-- Stored data --

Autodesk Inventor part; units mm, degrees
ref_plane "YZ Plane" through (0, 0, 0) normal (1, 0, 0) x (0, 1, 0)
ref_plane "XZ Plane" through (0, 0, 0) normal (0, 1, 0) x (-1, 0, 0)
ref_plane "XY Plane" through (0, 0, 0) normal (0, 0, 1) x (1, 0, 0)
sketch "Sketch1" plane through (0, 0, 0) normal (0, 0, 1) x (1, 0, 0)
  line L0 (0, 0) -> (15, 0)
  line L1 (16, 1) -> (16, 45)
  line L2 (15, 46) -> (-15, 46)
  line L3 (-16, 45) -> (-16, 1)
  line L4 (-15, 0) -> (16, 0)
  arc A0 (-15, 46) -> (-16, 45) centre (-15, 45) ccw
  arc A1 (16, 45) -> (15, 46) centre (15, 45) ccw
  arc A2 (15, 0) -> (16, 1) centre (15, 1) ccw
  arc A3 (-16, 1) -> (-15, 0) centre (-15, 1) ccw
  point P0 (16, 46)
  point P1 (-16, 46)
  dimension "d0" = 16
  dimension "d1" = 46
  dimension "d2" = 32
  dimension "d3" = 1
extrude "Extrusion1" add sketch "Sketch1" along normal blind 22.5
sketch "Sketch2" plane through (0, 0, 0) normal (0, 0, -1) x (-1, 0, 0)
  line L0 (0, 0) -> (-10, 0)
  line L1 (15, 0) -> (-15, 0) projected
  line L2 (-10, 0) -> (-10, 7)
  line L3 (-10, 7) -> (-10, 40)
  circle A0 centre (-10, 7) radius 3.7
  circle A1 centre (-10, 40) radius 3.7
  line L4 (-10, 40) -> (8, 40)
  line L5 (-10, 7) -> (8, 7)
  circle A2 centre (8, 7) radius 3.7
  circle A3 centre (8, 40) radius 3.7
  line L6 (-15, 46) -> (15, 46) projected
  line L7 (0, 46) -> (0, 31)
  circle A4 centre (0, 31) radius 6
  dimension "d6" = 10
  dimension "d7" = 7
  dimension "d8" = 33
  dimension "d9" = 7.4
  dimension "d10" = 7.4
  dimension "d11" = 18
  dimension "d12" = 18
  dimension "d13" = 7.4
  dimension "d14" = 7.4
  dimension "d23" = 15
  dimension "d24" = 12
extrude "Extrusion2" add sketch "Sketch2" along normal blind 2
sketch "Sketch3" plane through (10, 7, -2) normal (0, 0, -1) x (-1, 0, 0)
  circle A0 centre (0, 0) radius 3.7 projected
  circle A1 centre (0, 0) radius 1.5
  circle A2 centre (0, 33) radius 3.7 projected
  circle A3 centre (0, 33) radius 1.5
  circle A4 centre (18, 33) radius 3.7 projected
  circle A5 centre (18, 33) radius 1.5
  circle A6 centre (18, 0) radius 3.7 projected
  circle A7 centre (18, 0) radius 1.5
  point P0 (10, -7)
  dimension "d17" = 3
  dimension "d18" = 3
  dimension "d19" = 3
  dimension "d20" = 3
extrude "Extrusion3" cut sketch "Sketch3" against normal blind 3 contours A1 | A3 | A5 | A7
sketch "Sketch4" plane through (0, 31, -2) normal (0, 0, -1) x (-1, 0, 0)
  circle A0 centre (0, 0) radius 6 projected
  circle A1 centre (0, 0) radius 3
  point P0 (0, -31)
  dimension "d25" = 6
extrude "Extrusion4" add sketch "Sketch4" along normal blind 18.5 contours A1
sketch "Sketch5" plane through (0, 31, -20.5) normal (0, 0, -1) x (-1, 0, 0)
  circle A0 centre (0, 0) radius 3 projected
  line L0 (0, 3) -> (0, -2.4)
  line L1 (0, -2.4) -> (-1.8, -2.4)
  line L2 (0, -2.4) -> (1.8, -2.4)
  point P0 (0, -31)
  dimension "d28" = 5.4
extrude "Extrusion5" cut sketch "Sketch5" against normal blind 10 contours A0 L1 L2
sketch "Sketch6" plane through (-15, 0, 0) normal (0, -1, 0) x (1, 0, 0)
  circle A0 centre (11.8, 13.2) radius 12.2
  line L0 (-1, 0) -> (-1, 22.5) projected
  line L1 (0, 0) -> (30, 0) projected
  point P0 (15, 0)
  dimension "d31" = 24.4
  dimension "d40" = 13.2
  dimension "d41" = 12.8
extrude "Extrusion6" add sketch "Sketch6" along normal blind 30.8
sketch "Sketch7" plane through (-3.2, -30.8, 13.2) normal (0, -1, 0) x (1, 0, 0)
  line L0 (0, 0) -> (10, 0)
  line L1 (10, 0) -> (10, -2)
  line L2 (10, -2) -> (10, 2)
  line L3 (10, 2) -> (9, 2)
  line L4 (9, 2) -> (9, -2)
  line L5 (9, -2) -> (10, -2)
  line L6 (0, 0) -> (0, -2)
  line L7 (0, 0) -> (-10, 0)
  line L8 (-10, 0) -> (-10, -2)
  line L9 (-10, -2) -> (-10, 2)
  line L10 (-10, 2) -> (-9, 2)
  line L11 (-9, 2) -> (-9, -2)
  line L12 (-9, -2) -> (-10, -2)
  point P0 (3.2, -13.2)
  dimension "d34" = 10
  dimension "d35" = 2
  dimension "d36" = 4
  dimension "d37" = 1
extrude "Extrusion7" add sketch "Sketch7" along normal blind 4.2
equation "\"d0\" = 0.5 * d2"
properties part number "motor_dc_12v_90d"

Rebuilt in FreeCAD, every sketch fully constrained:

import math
import FreeCAD as App
import Part
import Sketcher
from FreeCAD import Vector
Q = App.Units.Quantity

doc = App.newDocument("Part")
params = doc.addObject("Spreadsheet::Sheet", "Params")
for row, (alias, value) in enumerate([
    ("sketch1_radius", "1 mm"),
    ("pad1_length", "22.5 mm"),
    ("sketch2_diameter", "12 mm"),
    ("sketch2_diameter2", "7.4 mm"),
    ("pad2_length", "2 mm"),
    ("sketch3_diameter", "3 mm"),
    ("pocket1_length", "3 mm"),
    ("sketch4_diameter", "6 mm"),
    ("pad3_length", "18.5 mm"),
    ("sketch5_radius", "3 mm"),
    ("sketch5_width", "3.6 mm"),
    ("pocket2_length", "10 mm"),
    ("sketch6_diameter", "24.4 mm"),
    ("pad4_length", "30.8 mm"),
    ("sketch7_width", "1 mm"),
    ("sketch7_height", "4 mm"),
    ("pad5_length", "4.2 mm"),
], start=1):
    params.set(f"A{row}", alias)
    params.set(f"B{row}", "=" + value)
    params.setAlias(f"B{row}", alias)

body = doc.addObject("PartDesign::Body", "Body")

# Sketch on XY plane
sketch1 = body.newObject("Sketcher::SketchObject", "Sketch")
sketch1.AttachmentSupport = (doc.getObject("XY_Plane"), [""])
sketch1.MapMode = "FlatFace"
sketch1.addGeometry(Part.LineSegment(Vector(-15, 0, 0), Vector(15, 0, 0)), False)
sketch1.addGeometry(Part.ArcOfCircle(Part.Circle(Vector(15, 1, 0), Vector(0, 0, 1), 1), math.radians(-90), math.radians(0)), False)
sketch1.addGeometry(Part.LineSegment(Vector(16, 1, 0), Vector(16, 45, 0)), False)
sketch1.addGeometry(Part.ArcOfCircle(Part.Circle(Vector(15, 45, 0), Vector(0, 0, 1), 1), math.radians(0), math.radians(90)), False)
sketch1.addGeometry(Part.LineSegment(Vector(15, 46, 0), Vector(-15, 46, 0)), False)
sketch1.addGeometry(Part.ArcOfCircle(Part.Circle(Vector(-15, 45, 0), Vector(0, 0, 1), 1), math.radians(90), math.radians(180)), False)
sketch1.addGeometry(Part.LineSegment(Vector(-16, 45, 0), Vector(-16, 1, 0)), False)
sketch1.addGeometry(Part.ArcOfCircle(Part.Circle(Vector(-15, 1, 0), Vector(0, 0, 1), 1), math.radians(180), math.radians(270)), False)
sketch1.addConstraint(Sketcher.Constraint("Tangent", 0, 2, 1, 1))
sketch1.addConstraint(Sketcher.Constraint("Tangent", 1, 2, 2, 1))
sketch1.addConstraint(Sketcher.Constraint("Tangent", 2, 2, 3, 1))
sketch1.addConstraint(Sketcher.Constraint("Tangent", 3, 2, 4, 1))
sketch1.addConstraint(Sketcher.Constraint("Tangent", 4, 2, 5, 1))
sketch1.addConstraint(Sketcher.Constraint("Tangent", 5, 2, 6, 1))
sketch1.addConstraint(Sketcher.Constraint("Tangent", 6, 2, 7, 1))
sketch1.addConstraint(Sketcher.Constraint("Tangent", 7, 2, 0, 1))
sketch1.addConstraint(Sketcher.Constraint("Horizontal", 0))
sketch1.addConstraint(Sketcher.Constraint("Vertical", 2))
sketch1.addConstraint(Sketcher.Constraint("Horizontal", 4))
sketch1.addConstraint(Sketcher.Constraint("Vertical", 6))
sketch1.addConstraint(Sketcher.Constraint("Equal", 1, 3))
sketch1.addConstraint(Sketcher.Constraint("Equal", 3, 5))
sketch1.addConstraint(Sketcher.Constraint("Equal", 5, 7))
sketch1.addConstraint(Sketcher.Constraint("Symmetric", 0, 2, 7, 2, -1, 1))
sketch1.addConstraint(Sketcher.Constraint("Radius", 1, Q("1 mm")))
sketch1.addConstraint(Sketcher.Constraint("DistanceX", -1, 1, 1, 2, Q("16 mm")))
sketch1.addConstraint(Sketcher.Constraint("DistanceY", -1, 1, 3, 2, Q("46 mm")))
sketch1.setExpression("Constraints[16]", "Params.sketch1_radius")
pad1 = body.newObject("PartDesign::Pad", "Pad")
pad1.Profile = sketch1
pad1.setExpression("Length", "Params.pad1_length")

# Sketch on XY plane
sketch2 = body.newObject("Sketcher::SketchObject", "Sketch001")
sketch2.AttachmentSupport = (doc.getObject("XY_Plane"), [""])
sketch2.MapMode = "FlatFace"
sketch2.addGeometry(Part.Circle(Vector(10, 7, 0), Vector(0, 0, 1), 3.7), False)
sketch2.addGeometry(Part.Circle(Vector(-8, 40, 0), Vector(0, 0, 1), 3.7), False)
sketch2.addGeometry(Part.Circle(Vector(0, 31, 0), Vector(0, 0, 1), 6), False)
sketch2.addGeometry(Part.Circle(Vector(10, 40, 0), Vector(0, 0, 1), 3.7), False)
sketch2.addGeometry(Part.Circle(Vector(-8, 7, 0), Vector(0, 0, 1), 3.7), False)
sketch2.addConstraint(Sketcher.Constraint("Equal", 0, 1))
sketch2.addConstraint(Sketcher.Constraint("Equal", 1, 3))
sketch2.addConstraint(Sketcher.Constraint("Equal", 3, 4))
sketch2.addConstraint(Sketcher.Constraint("PointOnObject", 2, 3, -2))
sketch2.addConstraint(Sketcher.Constraint("Horizontal", 1, 3, 3, 3))
sketch2.addConstraint(Sketcher.Constraint("Horizontal", 0, 3, 4, 3))
sketch2.addConstraint(Sketcher.Constraint("Vertical", 0, 3, 3, 3))
sketch2.addConstraint(Sketcher.Constraint("Vertical", 1, 3, 4, 3))
sketch2.addConstraint(Sketcher.Constraint("Diameter", 2, Q("12 mm")))
sketch2.addConstraint(Sketcher.Constraint("Diameter", 0, Q("7.4 mm")))
sketch2.addConstraint(Sketcher.Constraint("DistanceX", -1, 1, 0, 3, Q("10 mm")))
sketch2.addConstraint(Sketcher.Constraint("DistanceY", -1, 1, 0, 3, Q("7 mm")))
sketch2.addConstraint(Sketcher.Constraint("DistanceX", 1, 3, 0, 3, Q("18 mm")))
sketch2.addConstraint(Sketcher.Constraint("DistanceY", 0, 3, 1, 3, Q("33 mm")))
sketch2.addConstraint(Sketcher.Constraint("DistanceY", -1, 1, 2, 3, Q("31 mm")))
sketch2.setExpression("Constraints[8]", "Params.sketch2_diameter")
sketch2.setExpression("Constraints[9]", "Params.sketch2_diameter2")
pad2 = body.newObject("PartDesign::Pad", "Pad001")
pad2.Profile = sketch2
pad2.setExpression("Length", "Params.pad2_length")
pad2.Reversed = True

# Sketch on XY plane
sketch3 = body.newObject("Sketcher::SketchObject", "Sketch002")
sketch3.AttachmentSupport = (doc.getObject("XY_Plane"), [""])
sketch3.MapMode = "FlatFace"
sketch3.AttachmentOffset = App.Placement(Vector(0, 0, -2), App.Rotation())
sketch3.addGeometry(Part.Circle(Vector(10, 7, 0), Vector(0, 0, 1), 1.5), False)
sketch3.addGeometry(Part.Circle(Vector(10, 40, 0), Vector(0, 0, 1), 1.5), False)
sketch3.addGeometry(Part.Circle(Vector(-8, 40, 0), Vector(0, 0, 1), 1.5), False)
sketch3.addGeometry(Part.Circle(Vector(-8, 7, 0), Vector(0, 0, 1), 1.5), False)
sketch3.addConstraint(Sketcher.Constraint("Equal", 0, 1))
sketch3.addConstraint(Sketcher.Constraint("Equal", 1, 2))
sketch3.addConstraint(Sketcher.Constraint("Equal", 2, 3))
sketch3.addConstraint(Sketcher.Constraint("Horizontal", 1, 3, 2, 3))
sketch3.addConstraint(Sketcher.Constraint("Horizontal", 0, 3, 3, 3))
sketch3.addConstraint(Sketcher.Constraint("Vertical", 0, 3, 1, 3))
sketch3.addConstraint(Sketcher.Constraint("Vertical", 2, 3, 3, 3))
sketch3.addConstraint(Sketcher.Constraint("Diameter", 0, Q("3 mm")))
sketch3.addConstraint(Sketcher.Constraint("DistanceX", -1, 1, 0, 3, Q("10 mm")))
sketch3.addConstraint(Sketcher.Constraint("DistanceY", -1, 1, 0, 3, Q("7 mm")))
sketch3.addConstraint(Sketcher.Constraint("DistanceY", -1, 1, 1, 3, Q("40 mm")))
sketch3.addConstraint(Sketcher.Constraint("DistanceX", 2, 3, -1, 1, Q("8 mm")))
sketch3.setExpression("Constraints[7]", "Params.sketch3_diameter")
pocket1 = body.newObject("PartDesign::Pocket", "Pocket")
pocket1.Profile = sketch3
pocket1.setExpression("Length", "Params.pocket1_length")
pocket1.Reversed = True

# Sketch on XY plane
sketch4 = body.newObject("Sketcher::SketchObject", "Sketch003")
sketch4.AttachmentSupport = (doc.getObject("XY_Plane"), [""])
sketch4.MapMode = "FlatFace"
sketch4.AttachmentOffset = App.Placement(Vector(0, 0, -2), App.Rotation())
sketch4.addGeometry(Part.Circle(Vector(0, 31, 0), Vector(0, 0, 1), 3), False)
sketch4.addConstraint(Sketcher.Constraint("PointOnObject", 0, 3, -2))
sketch4.addConstraint(Sketcher.Constraint("Diameter", 0, Q("6 mm")))
sketch4.addConstraint(Sketcher.Constraint("DistanceY", -1, 1, 0, 3, Q("31 mm")))
sketch4.setExpression("Constraints[1]", "Params.sketch4_diameter")
pad3 = body.newObject("PartDesign::Pad", "Pad002")
pad3.Profile = sketch4
pad3.setExpression("Length", "Params.pad3_length")
pad3.Reversed = True

# Sketch on XY plane
sketch5 = body.newObject("Sketcher::SketchObject", "Sketch004")
sketch5.AttachmentSupport = (doc.getObject("XY_Plane"), [""])
sketch5.MapMode = "FlatFace"
sketch5.AttachmentOffset = App.Placement(Vector(0, 0, -20.5), App.Rotation())
sketch5.addGeometry(Part.ArcOfCircle(Part.Circle(Vector(0, 31, 0), Vector(0, 0, 1), 3), math.radians(-127), math.radians(-53)), False)
sketch5.addGeometry(Part.LineSegment(Vector(-1.8, 28.6, 0), Vector(1.8, 28.6, 0)), False)
sketch5.addConstraint(Sketcher.Constraint("Coincident", 0, 1, 1, 1))
sketch5.addConstraint(Sketcher.Constraint("Coincident", 1, 2, 0, 2))
sketch5.addConstraint(Sketcher.Constraint("Horizontal", 1))
sketch5.addConstraint(Sketcher.Constraint("PointOnObject", 0, 3, -2))
sketch5.addConstraint(Sketcher.Constraint("Radius", 0, Q("3 mm")))
sketch5.addConstraint(Sketcher.Constraint("DistanceX", 1, 1, 1, 2, Q("3.6 mm")))
sketch5.addConstraint(Sketcher.Constraint("DistanceY", -1, 1, 0, 3, Q("31 mm")))
sketch5.setExpression("Constraints[4]", "Params.sketch5_radius")
sketch5.setExpression("Constraints[5]", "Params.sketch5_width")
pocket2 = body.newObject("PartDesign::Pocket", "Pocket001")
pocket2.Profile = sketch5
pocket2.setExpression("Length", "Params.pocket2_length")
pocket2.Reversed = True

# Sketch on XZ plane
sketch6 = body.newObject("Sketcher::SketchObject", "Sketch005")
sketch6.AttachmentSupport = (doc.getObject("XZ_Plane"), [""])
sketch6.MapMode = "FlatFace"
sketch6.addGeometry(Part.Circle(Vector(-3, 13, 0), Vector(0, 0, 1), 12), False)
sketch6.addConstraint(Sketcher.Constraint("Diameter", 0, Q("24.4 mm")))
sketch6.addConstraint(Sketcher.Constraint("DistanceY", -1, 1, 0, 3, Q("13.2 mm")))
sketch6.addConstraint(Sketcher.Constraint("DistanceX", 0, 3, -1, 1, Q("3.2 mm")))
sketch6.setExpression("Constraints[0]", "Params.sketch6_diameter")
pad4 = body.newObject("PartDesign::Pad", "Pad003")
pad4.Profile = sketch6
pad4.setExpression("Length", "Params.pad4_length")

-- About this exercise --
Only one stretch of the records above is wanted: the lines between the one holding "normal blind 4.2" and the one holding "Rebuilt in FreeCAD, every", inclusive, reproduced exactly.

-- Solution for this exercise --
extrude "Extrusion7" add sketch "Sketch7" along normal blind 4.2
equation "\"d0\" = 0.5 * d2"
properties part number "motor_dc_12v_90d"

Rebuilt in FreeCAD, every sketch fully constrained:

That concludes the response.